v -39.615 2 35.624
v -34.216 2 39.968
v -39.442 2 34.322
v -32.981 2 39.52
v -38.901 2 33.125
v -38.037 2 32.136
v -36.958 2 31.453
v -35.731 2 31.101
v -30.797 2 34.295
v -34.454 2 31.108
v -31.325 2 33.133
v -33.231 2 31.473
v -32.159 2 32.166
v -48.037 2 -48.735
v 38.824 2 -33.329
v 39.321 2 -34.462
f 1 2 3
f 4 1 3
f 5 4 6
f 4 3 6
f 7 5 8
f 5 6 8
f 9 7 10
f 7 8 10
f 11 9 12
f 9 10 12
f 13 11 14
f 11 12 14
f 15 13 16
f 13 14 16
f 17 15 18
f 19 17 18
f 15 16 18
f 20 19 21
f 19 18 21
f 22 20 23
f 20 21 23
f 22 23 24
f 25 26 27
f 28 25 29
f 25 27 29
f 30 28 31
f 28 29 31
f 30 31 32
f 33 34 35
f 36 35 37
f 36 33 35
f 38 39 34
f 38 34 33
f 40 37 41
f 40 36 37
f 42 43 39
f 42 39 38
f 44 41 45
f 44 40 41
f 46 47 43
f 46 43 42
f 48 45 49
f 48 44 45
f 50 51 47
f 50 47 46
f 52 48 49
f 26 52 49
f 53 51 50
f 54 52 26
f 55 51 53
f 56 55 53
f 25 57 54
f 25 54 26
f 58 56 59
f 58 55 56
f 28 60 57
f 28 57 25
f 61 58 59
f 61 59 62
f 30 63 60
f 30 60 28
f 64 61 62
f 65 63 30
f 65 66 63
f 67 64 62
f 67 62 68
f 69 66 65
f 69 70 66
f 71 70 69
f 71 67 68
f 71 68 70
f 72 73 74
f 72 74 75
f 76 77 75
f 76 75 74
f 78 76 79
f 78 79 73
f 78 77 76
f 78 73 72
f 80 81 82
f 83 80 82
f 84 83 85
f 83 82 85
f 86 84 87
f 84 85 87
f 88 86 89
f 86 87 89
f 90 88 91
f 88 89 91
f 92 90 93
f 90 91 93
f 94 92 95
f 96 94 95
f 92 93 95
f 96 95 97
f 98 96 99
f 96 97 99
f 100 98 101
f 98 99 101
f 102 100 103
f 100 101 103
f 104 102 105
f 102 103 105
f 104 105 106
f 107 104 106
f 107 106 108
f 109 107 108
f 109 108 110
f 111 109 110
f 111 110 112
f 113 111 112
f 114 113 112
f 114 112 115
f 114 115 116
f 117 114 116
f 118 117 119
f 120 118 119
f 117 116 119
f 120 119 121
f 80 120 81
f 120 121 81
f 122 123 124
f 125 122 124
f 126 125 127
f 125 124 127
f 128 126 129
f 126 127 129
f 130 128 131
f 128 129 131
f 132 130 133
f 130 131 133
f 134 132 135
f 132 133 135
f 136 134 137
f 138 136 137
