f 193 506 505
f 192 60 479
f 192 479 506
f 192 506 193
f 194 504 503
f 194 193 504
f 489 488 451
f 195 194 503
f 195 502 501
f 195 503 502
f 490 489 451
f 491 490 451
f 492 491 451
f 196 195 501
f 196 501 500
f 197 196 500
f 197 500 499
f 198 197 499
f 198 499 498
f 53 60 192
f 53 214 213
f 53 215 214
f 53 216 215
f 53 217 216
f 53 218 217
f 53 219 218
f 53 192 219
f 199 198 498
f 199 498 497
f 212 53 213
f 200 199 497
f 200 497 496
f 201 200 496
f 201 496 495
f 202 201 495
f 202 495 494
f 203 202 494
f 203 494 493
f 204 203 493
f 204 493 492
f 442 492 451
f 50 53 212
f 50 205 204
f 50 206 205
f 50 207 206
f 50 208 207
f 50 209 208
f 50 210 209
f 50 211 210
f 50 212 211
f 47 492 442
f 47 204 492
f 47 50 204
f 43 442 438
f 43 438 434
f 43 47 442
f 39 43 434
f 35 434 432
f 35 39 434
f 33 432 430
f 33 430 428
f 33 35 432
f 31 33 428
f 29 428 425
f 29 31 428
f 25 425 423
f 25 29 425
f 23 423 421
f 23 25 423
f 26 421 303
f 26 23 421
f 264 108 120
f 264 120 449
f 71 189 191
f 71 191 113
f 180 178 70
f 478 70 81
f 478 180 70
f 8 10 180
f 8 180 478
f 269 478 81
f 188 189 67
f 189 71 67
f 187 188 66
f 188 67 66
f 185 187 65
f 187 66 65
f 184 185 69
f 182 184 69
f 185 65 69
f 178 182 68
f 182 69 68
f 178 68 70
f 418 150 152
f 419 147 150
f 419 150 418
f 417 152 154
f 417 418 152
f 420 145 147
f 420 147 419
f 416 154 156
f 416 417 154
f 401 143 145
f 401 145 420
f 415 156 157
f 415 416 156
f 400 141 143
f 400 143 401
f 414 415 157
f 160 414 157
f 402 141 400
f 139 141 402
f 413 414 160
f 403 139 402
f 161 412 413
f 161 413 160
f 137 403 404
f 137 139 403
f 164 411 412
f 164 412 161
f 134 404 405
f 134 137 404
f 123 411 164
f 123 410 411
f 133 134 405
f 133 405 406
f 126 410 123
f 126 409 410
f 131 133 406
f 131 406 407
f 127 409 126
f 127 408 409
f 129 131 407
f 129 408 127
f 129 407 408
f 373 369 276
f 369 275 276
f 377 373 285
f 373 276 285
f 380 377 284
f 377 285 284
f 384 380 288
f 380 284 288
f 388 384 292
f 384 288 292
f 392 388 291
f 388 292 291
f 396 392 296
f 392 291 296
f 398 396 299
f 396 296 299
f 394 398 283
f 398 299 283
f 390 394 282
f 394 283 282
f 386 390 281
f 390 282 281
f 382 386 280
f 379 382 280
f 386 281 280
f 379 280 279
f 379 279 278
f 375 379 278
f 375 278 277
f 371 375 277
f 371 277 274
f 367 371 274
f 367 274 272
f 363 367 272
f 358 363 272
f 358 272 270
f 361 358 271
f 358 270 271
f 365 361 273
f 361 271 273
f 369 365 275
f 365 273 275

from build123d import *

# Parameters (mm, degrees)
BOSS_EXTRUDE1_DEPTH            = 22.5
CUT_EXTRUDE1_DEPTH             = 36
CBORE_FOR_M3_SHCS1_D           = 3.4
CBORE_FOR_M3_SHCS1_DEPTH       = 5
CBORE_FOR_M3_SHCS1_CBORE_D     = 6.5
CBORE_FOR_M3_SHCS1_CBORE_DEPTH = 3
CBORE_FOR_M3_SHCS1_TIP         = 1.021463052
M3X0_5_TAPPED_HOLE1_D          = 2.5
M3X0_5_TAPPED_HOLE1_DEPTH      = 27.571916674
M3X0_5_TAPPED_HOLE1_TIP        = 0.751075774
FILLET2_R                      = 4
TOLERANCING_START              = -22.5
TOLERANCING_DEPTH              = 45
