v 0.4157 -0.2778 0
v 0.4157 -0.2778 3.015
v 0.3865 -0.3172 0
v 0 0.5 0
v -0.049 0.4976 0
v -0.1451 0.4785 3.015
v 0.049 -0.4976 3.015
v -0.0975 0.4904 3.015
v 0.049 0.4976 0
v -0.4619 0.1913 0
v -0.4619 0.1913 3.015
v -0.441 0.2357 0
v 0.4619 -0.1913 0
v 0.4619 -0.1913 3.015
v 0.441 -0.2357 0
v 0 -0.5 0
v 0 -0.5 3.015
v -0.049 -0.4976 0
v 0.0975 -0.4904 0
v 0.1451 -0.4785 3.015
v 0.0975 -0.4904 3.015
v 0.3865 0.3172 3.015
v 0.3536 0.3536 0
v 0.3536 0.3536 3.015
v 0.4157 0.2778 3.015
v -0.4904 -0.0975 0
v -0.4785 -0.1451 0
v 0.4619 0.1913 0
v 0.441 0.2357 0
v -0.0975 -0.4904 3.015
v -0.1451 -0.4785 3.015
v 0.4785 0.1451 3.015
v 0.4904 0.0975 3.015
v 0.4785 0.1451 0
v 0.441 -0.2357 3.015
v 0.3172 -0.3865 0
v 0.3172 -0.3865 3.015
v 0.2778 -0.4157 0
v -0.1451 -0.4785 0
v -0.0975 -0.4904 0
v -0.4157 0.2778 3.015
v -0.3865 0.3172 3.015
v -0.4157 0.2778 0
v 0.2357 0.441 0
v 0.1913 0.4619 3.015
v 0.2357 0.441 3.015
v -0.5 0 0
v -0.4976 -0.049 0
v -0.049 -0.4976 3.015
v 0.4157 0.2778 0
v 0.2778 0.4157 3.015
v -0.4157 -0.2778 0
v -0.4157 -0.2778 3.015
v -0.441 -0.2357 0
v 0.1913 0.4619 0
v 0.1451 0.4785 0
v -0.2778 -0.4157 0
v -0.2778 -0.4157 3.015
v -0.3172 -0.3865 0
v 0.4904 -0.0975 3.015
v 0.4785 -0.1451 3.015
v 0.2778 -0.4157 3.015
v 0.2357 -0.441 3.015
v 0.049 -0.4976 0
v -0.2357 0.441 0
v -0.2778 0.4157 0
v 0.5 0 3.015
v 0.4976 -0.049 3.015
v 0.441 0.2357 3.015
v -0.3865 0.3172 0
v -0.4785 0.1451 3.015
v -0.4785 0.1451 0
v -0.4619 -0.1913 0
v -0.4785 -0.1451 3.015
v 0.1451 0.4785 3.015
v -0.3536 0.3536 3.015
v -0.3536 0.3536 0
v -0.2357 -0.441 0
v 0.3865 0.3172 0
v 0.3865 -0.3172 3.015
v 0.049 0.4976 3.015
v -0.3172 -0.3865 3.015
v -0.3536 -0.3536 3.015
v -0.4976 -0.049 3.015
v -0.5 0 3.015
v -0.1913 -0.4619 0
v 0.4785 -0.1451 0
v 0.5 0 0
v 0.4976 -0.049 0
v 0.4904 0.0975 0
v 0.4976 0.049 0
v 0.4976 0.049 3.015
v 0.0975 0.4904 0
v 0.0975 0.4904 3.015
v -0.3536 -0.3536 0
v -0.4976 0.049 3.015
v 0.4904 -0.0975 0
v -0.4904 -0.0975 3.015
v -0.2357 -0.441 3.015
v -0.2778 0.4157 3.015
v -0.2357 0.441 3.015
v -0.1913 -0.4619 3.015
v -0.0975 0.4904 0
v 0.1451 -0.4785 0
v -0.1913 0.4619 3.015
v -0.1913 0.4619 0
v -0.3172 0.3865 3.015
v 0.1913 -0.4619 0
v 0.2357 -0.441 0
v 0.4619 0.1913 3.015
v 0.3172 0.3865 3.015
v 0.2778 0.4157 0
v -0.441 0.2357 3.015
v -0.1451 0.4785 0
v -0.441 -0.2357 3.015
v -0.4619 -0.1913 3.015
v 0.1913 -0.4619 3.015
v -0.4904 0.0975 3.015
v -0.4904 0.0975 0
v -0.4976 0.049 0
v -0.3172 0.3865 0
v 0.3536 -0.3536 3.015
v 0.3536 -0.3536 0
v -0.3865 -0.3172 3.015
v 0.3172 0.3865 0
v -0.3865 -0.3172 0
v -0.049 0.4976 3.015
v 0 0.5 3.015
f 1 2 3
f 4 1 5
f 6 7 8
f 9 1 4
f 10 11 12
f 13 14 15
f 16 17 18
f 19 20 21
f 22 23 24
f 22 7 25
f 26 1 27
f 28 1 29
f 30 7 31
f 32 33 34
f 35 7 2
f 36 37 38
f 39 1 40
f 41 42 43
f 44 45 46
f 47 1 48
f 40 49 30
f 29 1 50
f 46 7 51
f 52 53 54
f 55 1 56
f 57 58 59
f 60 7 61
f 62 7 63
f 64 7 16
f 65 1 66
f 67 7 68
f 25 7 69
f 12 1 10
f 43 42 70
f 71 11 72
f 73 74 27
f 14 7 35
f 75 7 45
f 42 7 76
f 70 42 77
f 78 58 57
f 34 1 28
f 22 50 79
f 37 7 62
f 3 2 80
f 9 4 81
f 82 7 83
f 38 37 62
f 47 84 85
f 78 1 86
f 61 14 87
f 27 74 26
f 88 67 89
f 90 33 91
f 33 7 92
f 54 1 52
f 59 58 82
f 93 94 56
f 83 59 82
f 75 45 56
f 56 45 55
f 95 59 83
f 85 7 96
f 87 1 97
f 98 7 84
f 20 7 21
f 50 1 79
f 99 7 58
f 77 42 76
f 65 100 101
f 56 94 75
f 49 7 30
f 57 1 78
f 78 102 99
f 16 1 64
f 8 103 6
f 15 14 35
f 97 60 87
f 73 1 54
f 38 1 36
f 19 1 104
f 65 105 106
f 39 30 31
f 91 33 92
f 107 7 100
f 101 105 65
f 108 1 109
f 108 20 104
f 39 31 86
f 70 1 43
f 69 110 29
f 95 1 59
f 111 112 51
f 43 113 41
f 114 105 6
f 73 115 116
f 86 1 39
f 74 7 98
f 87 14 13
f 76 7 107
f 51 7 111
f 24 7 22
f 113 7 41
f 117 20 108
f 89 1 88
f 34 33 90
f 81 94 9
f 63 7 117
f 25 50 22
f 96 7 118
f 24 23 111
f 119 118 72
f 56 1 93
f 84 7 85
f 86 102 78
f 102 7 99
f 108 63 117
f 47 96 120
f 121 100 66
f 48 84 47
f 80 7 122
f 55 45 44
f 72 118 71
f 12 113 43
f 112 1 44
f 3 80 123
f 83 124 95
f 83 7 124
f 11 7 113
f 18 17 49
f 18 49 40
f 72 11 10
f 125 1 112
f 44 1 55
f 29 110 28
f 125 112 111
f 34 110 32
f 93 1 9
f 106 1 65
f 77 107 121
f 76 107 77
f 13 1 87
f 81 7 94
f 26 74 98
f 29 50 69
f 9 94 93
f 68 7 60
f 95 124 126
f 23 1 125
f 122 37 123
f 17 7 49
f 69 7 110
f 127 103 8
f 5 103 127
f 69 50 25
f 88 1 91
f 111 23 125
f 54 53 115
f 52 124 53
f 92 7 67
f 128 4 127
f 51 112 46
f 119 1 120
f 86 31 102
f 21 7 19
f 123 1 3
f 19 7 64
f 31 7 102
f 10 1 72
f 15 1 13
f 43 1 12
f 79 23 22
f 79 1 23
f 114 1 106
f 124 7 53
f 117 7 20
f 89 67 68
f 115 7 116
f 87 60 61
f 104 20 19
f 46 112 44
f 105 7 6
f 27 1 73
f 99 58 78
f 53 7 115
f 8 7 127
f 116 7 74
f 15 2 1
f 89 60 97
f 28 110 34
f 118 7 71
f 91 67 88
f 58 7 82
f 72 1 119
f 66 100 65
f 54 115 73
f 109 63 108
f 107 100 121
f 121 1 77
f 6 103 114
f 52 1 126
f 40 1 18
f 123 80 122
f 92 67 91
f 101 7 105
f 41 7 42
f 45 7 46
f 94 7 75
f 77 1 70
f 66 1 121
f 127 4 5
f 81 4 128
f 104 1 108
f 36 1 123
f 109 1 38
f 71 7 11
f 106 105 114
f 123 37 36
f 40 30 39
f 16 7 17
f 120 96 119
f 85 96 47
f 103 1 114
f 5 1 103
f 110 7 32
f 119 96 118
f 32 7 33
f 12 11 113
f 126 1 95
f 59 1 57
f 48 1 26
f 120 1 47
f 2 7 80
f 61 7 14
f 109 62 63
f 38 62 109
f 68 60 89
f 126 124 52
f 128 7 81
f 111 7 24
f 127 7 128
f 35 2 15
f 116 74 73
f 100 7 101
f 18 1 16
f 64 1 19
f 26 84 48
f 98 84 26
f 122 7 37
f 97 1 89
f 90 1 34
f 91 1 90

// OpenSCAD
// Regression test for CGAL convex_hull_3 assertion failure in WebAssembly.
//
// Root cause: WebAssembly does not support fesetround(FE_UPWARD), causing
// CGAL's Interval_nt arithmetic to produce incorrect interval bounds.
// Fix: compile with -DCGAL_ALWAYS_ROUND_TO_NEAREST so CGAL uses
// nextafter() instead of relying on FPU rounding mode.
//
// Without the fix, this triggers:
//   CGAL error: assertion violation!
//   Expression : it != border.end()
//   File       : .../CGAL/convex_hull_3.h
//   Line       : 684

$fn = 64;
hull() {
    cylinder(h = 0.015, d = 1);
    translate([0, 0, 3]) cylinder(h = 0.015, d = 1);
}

++++++++++++++++++++

[Exercise prompt]
Lines wanted from the listing above: the line with "f 160 414 157" up to and including the line with "f 129 131 407". Please write them out exactly, adding nothing else.

[Result]
f 160 414 157
f 402 141 400
f 139 141 402
f 413 414 160
f 403 139 402
f 161 412 413
f 161 413 160
f 137 403 404
f 137 139 403
f 164 411 412
f 164 412 161
f 134 404 405
f 134 137 404
f 123 411 164
f 123 410 411
f 133 134 405
f 133 405 406
f 126 410 123
f 126 409 410
f 131 133 406
f 131 406 407
f 127 409 126
f 127 408 409
f 129 131 407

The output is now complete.